Recebemos a v/ carta a perguntar a posição do MPP [**] acerca da força militar multinacional de "manutenção da paz" que a ONU vai enviar em Junho ao Haiti. A posição do MPP foi e continua a ser anti-imperialista, anti-ocupação estrangeira. Não podemos apoiar a presença de forças militares estrangeiras no nosso país após 200 anos de independência. Isso é absoluto.

Ao mesmo tempo, consideramos que o que se está a passar no país é a consequência do fracasso de uma classe política anti-nacional, a consequência da incapacidade da classe política do país que não é capaz de defender os interesses populares, os interesses nacionais.

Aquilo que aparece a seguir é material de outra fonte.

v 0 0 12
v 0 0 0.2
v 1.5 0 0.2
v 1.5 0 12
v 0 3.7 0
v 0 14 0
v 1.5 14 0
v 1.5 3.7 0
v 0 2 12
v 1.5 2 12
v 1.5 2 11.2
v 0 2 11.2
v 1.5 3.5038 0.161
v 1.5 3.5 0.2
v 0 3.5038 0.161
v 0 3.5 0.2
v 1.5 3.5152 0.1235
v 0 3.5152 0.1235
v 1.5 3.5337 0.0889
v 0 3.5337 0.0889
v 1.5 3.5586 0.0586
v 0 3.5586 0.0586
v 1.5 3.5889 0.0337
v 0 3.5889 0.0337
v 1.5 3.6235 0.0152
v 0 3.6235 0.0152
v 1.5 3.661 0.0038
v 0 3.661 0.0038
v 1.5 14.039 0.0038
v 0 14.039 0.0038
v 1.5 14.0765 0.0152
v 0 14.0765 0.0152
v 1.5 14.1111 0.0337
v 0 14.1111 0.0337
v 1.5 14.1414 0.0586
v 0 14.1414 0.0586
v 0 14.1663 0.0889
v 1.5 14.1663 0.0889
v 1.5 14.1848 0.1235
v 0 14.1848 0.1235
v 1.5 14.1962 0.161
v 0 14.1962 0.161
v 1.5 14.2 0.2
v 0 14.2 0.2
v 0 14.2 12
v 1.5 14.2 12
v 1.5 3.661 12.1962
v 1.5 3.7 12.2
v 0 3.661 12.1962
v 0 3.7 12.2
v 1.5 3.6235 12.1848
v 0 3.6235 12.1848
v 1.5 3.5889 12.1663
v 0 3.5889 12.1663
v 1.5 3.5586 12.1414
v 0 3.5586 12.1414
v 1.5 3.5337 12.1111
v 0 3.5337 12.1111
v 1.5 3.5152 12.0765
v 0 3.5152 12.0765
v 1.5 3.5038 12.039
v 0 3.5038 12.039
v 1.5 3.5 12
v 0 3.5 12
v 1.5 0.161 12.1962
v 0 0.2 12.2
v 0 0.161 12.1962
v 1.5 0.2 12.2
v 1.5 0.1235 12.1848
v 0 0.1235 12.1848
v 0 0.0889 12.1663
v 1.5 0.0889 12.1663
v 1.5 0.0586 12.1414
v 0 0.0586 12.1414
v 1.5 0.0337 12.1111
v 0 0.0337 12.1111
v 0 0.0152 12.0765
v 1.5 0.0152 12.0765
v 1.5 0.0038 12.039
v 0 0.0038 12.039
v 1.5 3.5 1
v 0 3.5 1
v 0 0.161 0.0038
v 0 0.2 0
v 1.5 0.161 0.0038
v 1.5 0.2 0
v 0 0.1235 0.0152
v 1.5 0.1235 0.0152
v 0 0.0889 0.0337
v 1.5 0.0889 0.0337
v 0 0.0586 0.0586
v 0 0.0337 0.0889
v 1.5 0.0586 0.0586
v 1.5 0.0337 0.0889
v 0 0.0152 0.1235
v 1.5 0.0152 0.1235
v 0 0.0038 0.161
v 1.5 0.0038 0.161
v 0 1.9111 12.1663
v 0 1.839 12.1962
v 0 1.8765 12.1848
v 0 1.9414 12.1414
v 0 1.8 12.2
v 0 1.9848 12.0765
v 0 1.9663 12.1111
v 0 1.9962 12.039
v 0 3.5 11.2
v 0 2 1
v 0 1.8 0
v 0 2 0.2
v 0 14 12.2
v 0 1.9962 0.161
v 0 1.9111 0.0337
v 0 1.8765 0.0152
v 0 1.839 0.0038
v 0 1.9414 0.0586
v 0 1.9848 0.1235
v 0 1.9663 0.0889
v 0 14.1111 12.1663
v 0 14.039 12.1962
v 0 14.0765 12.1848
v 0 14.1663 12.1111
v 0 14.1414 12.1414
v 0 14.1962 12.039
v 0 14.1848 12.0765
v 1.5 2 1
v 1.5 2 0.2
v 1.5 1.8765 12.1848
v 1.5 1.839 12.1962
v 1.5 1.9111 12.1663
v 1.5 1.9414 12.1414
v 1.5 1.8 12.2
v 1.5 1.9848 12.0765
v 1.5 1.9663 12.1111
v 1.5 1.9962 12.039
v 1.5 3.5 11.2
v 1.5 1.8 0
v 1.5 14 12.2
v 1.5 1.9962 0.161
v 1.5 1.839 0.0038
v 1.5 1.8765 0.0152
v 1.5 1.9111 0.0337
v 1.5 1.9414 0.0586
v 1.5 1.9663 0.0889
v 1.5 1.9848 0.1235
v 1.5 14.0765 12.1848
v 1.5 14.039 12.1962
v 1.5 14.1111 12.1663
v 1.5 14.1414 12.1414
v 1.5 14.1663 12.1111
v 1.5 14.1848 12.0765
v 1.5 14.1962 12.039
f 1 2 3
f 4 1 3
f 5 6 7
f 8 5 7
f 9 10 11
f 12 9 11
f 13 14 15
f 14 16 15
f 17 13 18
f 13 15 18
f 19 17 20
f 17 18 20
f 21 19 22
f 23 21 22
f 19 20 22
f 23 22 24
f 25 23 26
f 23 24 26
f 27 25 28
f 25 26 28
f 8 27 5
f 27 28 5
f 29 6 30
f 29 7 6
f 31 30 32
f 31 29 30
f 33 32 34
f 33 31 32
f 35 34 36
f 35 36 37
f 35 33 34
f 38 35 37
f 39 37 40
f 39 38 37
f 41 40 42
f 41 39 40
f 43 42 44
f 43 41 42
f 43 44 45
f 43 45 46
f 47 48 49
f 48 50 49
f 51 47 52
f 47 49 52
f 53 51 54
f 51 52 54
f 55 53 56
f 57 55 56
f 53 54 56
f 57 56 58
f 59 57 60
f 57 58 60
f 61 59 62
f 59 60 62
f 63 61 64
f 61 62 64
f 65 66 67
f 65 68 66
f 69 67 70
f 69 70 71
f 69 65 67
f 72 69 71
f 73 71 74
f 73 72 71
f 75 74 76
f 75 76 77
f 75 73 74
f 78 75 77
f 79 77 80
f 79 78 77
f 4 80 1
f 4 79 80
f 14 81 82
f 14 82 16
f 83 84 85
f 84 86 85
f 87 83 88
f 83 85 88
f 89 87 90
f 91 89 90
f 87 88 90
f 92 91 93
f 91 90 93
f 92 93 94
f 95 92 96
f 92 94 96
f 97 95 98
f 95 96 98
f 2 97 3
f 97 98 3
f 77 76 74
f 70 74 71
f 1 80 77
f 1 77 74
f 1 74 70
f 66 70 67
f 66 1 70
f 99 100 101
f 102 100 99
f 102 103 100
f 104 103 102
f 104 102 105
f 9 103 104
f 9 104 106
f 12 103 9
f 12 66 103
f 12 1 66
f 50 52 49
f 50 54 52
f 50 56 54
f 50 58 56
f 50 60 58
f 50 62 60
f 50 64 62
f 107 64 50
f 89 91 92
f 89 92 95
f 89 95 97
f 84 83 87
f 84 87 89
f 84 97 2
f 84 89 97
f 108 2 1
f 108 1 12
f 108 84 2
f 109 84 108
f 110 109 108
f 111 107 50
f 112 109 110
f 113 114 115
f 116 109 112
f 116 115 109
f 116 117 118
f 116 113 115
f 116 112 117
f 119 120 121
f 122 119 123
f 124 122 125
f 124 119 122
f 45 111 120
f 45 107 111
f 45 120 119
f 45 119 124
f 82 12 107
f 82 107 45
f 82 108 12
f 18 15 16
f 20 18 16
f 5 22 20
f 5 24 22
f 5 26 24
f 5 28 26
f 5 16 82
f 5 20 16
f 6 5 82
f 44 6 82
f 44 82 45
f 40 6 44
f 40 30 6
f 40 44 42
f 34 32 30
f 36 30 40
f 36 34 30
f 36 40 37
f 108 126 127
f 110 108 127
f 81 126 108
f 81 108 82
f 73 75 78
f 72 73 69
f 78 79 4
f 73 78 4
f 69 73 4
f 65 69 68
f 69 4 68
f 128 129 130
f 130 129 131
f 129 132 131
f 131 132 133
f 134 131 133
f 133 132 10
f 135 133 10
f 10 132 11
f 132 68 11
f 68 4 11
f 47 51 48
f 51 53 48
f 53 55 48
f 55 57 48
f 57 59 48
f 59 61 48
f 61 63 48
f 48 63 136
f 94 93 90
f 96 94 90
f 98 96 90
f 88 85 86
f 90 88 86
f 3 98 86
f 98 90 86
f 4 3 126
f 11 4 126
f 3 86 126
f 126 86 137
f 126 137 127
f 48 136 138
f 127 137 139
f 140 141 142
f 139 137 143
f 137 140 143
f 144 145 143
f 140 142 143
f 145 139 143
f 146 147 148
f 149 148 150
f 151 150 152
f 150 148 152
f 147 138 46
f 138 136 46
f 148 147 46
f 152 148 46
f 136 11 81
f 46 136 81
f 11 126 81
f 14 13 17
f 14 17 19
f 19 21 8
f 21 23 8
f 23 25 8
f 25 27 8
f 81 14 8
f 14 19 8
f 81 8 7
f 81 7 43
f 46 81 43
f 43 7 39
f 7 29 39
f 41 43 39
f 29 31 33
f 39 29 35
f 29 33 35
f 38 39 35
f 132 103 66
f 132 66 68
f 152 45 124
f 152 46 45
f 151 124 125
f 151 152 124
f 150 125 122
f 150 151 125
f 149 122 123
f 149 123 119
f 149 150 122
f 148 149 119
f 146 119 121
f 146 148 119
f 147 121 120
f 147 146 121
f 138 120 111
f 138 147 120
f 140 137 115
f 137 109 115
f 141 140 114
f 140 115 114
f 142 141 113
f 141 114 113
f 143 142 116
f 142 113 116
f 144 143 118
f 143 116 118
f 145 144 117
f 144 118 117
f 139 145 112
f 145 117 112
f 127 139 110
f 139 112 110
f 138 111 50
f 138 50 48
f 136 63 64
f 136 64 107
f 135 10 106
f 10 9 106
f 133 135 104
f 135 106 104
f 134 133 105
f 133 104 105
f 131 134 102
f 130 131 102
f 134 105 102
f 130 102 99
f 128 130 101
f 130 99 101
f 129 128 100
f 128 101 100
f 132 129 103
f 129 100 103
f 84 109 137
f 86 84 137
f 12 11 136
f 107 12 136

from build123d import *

# Parameters (mm, degrees)
SKETCH_1_W          = 1.5
SKETCH_1_H          = 14.2
EXTRUDE_1_DEPTH     = 12.2
CUT_EXTRUDE_2_REACH = 20.781
SKETCH_5_W          = 2.597491907
SKETCH_5_H          = 1.5
SKETCH_5_W_2        = 2.655260115
FILLET_1_R          = 0.2


with BuildPart() as part:
    # 草图1 → 凸台-拉伸1 (new body)
    with BuildSketch(Plane.XY):
        with Locations((0.75, 7.1)):
            Rectangle(SKETCH_1_W, SKETCH_1_H)
    extrude(amount=EXTRUDE_1_DEPTH)

    # 草图5 → 切除-拉伸2 (cut, up to next)
    with BuildSketch(Plane(origin=(1.5, 0, 0), x_dir=(0, 0, -1), z_dir=(1, 0, 0)), mode=Mode.PRIVATE) as cut_extrude_2_sk1:
        with Locations((-12.498745954, 2.75)):
            Rectangle(SKETCH_5_W, SKETCH_5_H)
    cut_extrude_2_tool1 = extrude(cut_extrude_2_sk1.sketch, amount=-CUT_EXTRUDE_2_REACH, mode=Mode.PRIVATE) & part.part
    # 草图5 → 切除-拉伸2 (cut, up to next)
    with BuildSketch(Plane(origin=(1.5, 0, 0), x_dir=(0, 0, -1), z_dir=(1, 0, 0)), mode=Mode.PRIVATE) as cut_extrude_2_sk2:
        with Locations((0.327630058, 2.75)):
            Rectangle(SKETCH_5_W_2, SKETCH_5_H)
    cut_extrude_2_tool2 = extrude(cut_extrude_2_sk2.sketch, amount=-CUT_EXTRUDE_2_REACH, mode=Mode.PRIVATE) & part.part
    add(cut_extrude_2_tool1.solids().sort_by_distance((1.5, 2.75, 12.498746))[0], mode=Mode.SUBTRACT)
    add(cut_extrude_2_tool2.solids().sort_by_distance((1.5, 2.75, -0.32763))[0], mode=Mode.SUBTRACT)

    # 圆角1
    fillet_1_edges = [part.edges().sort_by_distance(p)[0] for p in [
        (0.75, 14.2, 12.2),
        (0.75, 3.5, 12.2),
        (0.75, 2, 12.2),
        (0.75, 3.5, 0),
        (0.75, 2, 0),
        (0.75, 14.2, 0),
        (0.75, 0, 0),
        (0.75, 0, 12.2),
    ]]
    fillet(fillet_1_edges, radius=FILLET_1_R)


solid = part.part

A presença das forças militares hoje no Haiti é a consequência directa da ditadura de Aristide, um homem que veio das classes populares, que foi o porta-voz das massas, e que traiu a sua classe. Ele tudo fez para destruir o movimento popular e utilizou as organizações dos bairros populares das cidades para assegurar o seu poder despótico.

Por isso, pensamos que ao denunciar a participação do governo brasileiro na força da ONU haverá que denunciar também a ditadura de Aristide porque há muita confusão acerca dele, sobretudo na Venezuela, nos Estados Unidos e em outras partes do mundo.

O povo haitiano, apesar de não querer nenhum tipo de ocupação do território nacional, estava a lutar muito arduamente contra a ditadura criminosa de Aristide e está muito satisfeito com a sua queda. Nós, agora, estamos vigilantes. Fizemos a declaração de estar contra qualquer tipo de ocupação do país e pedimos explicações ao governo de transição acerca da natureza da presença destas forças militares estrangeiras no país, sobre qual é o seu mandato e a sua duração. Mas o governo ainda não disse nada.

É o que pensamos sobre a situação. Sentimos muito não termos podido responder antes à vossa carta.

Os companheiros e companheiras que vão à assembleia da Via Campesina podem dar mais informações, apesar de que, segundo o sai na imprensa, os 1200 militares brasileiros já estarão no Haiti.

Abraços fraternais,

Chavannes Jean-Baptiste

[*] Agronomo, educador popular, ambientalista e director do MPP.
[**] Mouvement des Paysans de Papaye (MPP). Fundado em 1973, o MPP é a mais antiga organização camponesa do Haiti.